Whether it’s your best friend, your sister, your mother or just your soul sister, learning of a friend’s health struggle can be just as painful or even more so than if we had gone through the experience ourselves.
We women are incredibly compassionate yet courageous beings, which makes these struggles a balancing act of being both strong for her, yet empathetic to her needs. So how can you best offer support to someone going through a health battle?
The first step is to distinguish the following:
Rather than efforts that could make her happier at this time, what can I offer that will help make her battle easier?
As a cancer survivor, here are a few lessons I learned during treatment about support and encouragement.
Make it appropriate
Most people’s gut reaction is to offer gifts. During my fight, I was often gifted very love-filled presents, many of which unfortunately went unused. While it was heartwarming to receive support from other women (even some I had never met), my particular battle had special requirements that not all gifts met. For instance, I wasn’t able to eat chocolate during chemo, so homemade cookies had to be re-gifted to my immediate family. The same goes with clothing, or gifts from a specific religion that didn’t match my own. They were beautiful and uplifting, but a girl can only have so many pink baseball caps.
Think ahead, rather than look back
It’s not always about offering gifts or support that will remind her of “normal life.” Many times, a woman in a health battle doesn’t necessarily want to remember normal life and the fact that she’s not living it. She just wants to get through the battle quicker or easier. If you are committed to offering something that will remind her who she is or was before (for instance, a woman who has lost her hair), try a personal gift that she can use when she’s done with the healing process. It will give her more motivation to fight through it and get on the other side to enjoy life again. For instance, a hat for a vacation when she finishes, rather than a hat she would have worn before she was bald.
Color her world
What can go much further is to ease her burden or offer a little sunshine in an unexpected place. One of the most wonderful gifts I received was two pairs of cute Victoria’s Secret pajama pants with pink stripes on them. They were comfortable, they were vibrant and they were perfect for wearing to eight-hour chemo treatments! The gifter even included the receipt so I could get something else if I wanted, or exchange for another size. I kept these pants for years after, and they truly did perk up a bland hospital room!
Support and gifts like these that don’t take our attention away from the issue at hand, but instead make it easier or more fun to endure can go a long way, and show a great deal of compassion. They prove you not only know her, but are paying attention to the inner workings of her current struggle.

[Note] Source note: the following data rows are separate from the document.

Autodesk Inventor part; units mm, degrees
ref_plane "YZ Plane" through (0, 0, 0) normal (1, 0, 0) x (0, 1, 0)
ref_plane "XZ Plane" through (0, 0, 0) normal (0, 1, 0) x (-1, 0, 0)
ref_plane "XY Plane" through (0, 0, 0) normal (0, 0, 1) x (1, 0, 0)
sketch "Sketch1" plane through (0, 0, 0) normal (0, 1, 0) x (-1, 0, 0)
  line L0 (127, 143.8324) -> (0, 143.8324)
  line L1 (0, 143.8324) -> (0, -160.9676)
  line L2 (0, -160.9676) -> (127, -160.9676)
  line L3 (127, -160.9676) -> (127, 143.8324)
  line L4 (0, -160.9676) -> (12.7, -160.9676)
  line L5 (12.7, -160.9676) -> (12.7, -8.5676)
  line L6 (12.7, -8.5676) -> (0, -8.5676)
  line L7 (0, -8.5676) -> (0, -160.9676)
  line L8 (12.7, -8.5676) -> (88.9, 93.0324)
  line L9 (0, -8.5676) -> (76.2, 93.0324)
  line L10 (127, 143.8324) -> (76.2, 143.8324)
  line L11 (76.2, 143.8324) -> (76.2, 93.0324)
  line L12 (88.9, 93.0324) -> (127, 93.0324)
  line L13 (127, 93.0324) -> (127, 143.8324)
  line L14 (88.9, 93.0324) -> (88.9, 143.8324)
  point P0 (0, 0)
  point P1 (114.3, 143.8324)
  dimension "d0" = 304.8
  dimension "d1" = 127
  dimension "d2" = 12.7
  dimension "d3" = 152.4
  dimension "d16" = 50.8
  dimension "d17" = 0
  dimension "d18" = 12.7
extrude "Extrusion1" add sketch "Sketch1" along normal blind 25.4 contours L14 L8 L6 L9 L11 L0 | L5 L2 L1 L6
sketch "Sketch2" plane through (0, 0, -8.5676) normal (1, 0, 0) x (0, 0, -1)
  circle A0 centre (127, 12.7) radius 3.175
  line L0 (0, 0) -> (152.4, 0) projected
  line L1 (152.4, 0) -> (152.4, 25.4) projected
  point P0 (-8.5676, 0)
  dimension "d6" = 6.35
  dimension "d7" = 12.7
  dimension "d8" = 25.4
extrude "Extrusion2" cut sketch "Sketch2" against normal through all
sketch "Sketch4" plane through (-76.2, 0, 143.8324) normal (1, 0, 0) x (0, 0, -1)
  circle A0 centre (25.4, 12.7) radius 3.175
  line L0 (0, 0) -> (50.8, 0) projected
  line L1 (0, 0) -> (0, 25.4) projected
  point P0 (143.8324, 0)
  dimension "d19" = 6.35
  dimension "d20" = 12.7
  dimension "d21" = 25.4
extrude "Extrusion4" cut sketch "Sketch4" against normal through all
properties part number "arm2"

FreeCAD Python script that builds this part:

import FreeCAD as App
import Part
import Sketcher
from FreeCAD import Vector
Q = App.Units.Quantity

doc = App.newDocument("Part")
body = doc.addObject("PartDesign::Body", "Body")

sketch1 = body.newObject("Sketcher::SketchObject", "Sketch")
sketch1.AttachmentSupport = (doc.getObject("XZ_Plane"), [""])
sketch1.MapMode = "FlatFace"
sketch1.addGeometry([
    Part.LineSegment(Vector(-89, 93, 0), Vector(-89, 144, 0)),
    Part.LineSegment(Vector(-89, 144, 0), Vector(-76, 144, 0)),
    Part.LineSegment(Vector(-76, 144, 0), Vector(-76, 93, 0)),
    Part.LineSegment(Vector(-76, 93, 0), Vector(0, -9, 0)),
    Part.LineSegment(Vector(0, -9, 0), Vector(0, -161, 0)),
    Part.LineSegment(Vector(0, -161, 0), Vector(-13, -161, 0)),
    Part.LineSegment(Vector(-13, -161, 0), Vector(-13, -9, 0)),
    Part.LineSegment(Vector(-13, -9, 0), Vector(-89, 93, 0)),
], False)
sketch1.addConstraint([
    Sketcher.Constraint("Coincident", 0, 2, 1, 1),
    Sketcher.Constraint("Coincident", 1, 2, 2, 1),
    Sketcher.Constraint("Coincident", 2, 2, 3, 1),
    Sketcher.Constraint("Coincident", 3, 2, 4, 1),
    Sketcher.Constraint("Coincident", 4, 2, 5, 1),
    Sketcher.Constraint("Coincident", 5, 2, 6, 1),
    Sketcher.Constraint("Coincident", 6, 2, 7, 1),
    Sketcher.Constraint("Coincident", 7, 2, 0, 1),
    Sketcher.Constraint("Vertical", 0),
    Sketcher.Constraint("Horizontal", 1),
    Sketcher.Constraint("Vertical", 2),
    Sketcher.Constraint("Vertical", 4),
    Sketcher.Constraint("Horizontal", 5),
    Sketcher.Constraint("Vertical", 6),
    Sketcher.Constraint("PointOnObject", 3, 2, -2),
    Sketcher.Constraint("Parallel", 3, 7),
    Sketcher.Constraint("Horizontal", 3, 2, 6, 2),
    Sketcher.Constraint("Horizontal", 2, 2, 7, 2),
    Sketcher.Constraint("DistanceY", 0, 1, 0, 2, Q("2 in")),
    Sketcher.Constraint("DistanceY", 4, 2, 4, 1, Q("6 in")),
    Sketcher.Constraint("Distance", 3, Q("5 in")),
    Sketcher.Constraint("DistanceX", 1, 1, 1, 2, Q("0.5 in")),
    Sketcher.Constraint("DistanceY", 3, 2, 1, 2, Q("6 in")),
    Sketcher.Constraint("DistanceY", -1, 1, 0, 2, Q("5.6627 in")),
])
pad1 = body.newObject("PartDesign::Pad", "Pad")
pad1.Profile = sketch1
pad1.Length = Q("1 in")
pad1.Reversed = True

sketch2 = body.newObject("Sketcher::SketchObject", "Sketch001")
sketch2.AttachmentSupport = (doc.getObject("YZ_Plane"), [""])
sketch2.MapMode = "FlatFace"
sketch2.addGeometry(Part.Circle(Vector(12.7, -135.6, 0), Vector(0, 0, 1), 3.2), False)
sketch2.addConstraint([
    Sketcher.Constraint("Diameter", 0, Q("0.25 in")),
    Sketcher.Constraint("DistanceX", -1, 1, 0, 3, Q("0.5 in")),
    Sketcher.Constraint("DistanceY", 0, 3, -1, 1, Q("5.3373 in")),
])
pocket1 = body.newObject("PartDesign::Pocket", "Pocket")
pocket1.Profile = sketch2
pocket1.Type = "ThroughAll"

sketch3 = body.newObject("Sketcher::SketchObject", "Sketch002")
sketch3.AttachmentSupport = (doc.getObject("YZ_Plane"), [""])
sketch3.MapMode = "FlatFace"
sketch3.AttachmentOffset = App.Placement(Vector(0, 0, -3 * 25.4), App.Rotation())
sketch3.addGeometry(Part.Circle(Vector(12.7, 118.4, 0), Vector(0, 0, 1), 3.2), False)
sketch3.addConstraint([
    Sketcher.Constraint("Diameter", 0, Q("0.25 in")),
    Sketcher.Constraint("DistanceX", -1, 1, 0, 3, Q("0.5 in")),
    Sketcher.Constraint("DistanceY", -1, 1, 0, 3, Q("4.6627 in")),
])
pocket2 = body.newObject("PartDesign::Pocket", "Pocket001")
pocket2.Profile = sketch3
pocket2.Type = "ThroughAll"

doc.recompute()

But how about emotional or lifestyle support that might help her daily duties? Offering to be a shuttle for another woman’s kids every Monday or hiring a housekeeper for her (as long as she doesn’t find this offensive) are also great ideas. My mother’s best friend and husband, residents of the city where we lived during treatment, offered to drive us the two-hour round trip route to the hospital every chemo day. It took the stress off my mother and myself of maneuvering traffic, and created an indestructible bond between us all. While this sort of compassion may be too extreme for many people, it stands today still as the most kind, loving and generous act I have ever witnessed; it just goes to prove that thinking outside the box can go a long way.
The key is thinking “how can I make her life easier right now, so she can focus on getting better?”
Let her say “this sucks!”
We hate to see another woman struggle, especially a woman we love, know and respect deeply. But sometimes, in the middle of the battle, a fighter needs a break from being happy or cheerful. Sometimes she just wants a solid shoulder to cry on and admit that “this sucks.” Don’t feel that you always have to say something positive or constructive in response. It can bring two people even closer than imaginable to be this honest with each other and with life. Just a good old fashioned cry can be very therapeutic!
So when one of the warriors of your tribe faces her own, personal battle of health, try to offer your sword for the fight rather than your shield for the blow. It will deepen your friendship along the way, and help you both endure the struggle to become stronger, more alive and aware friends and women.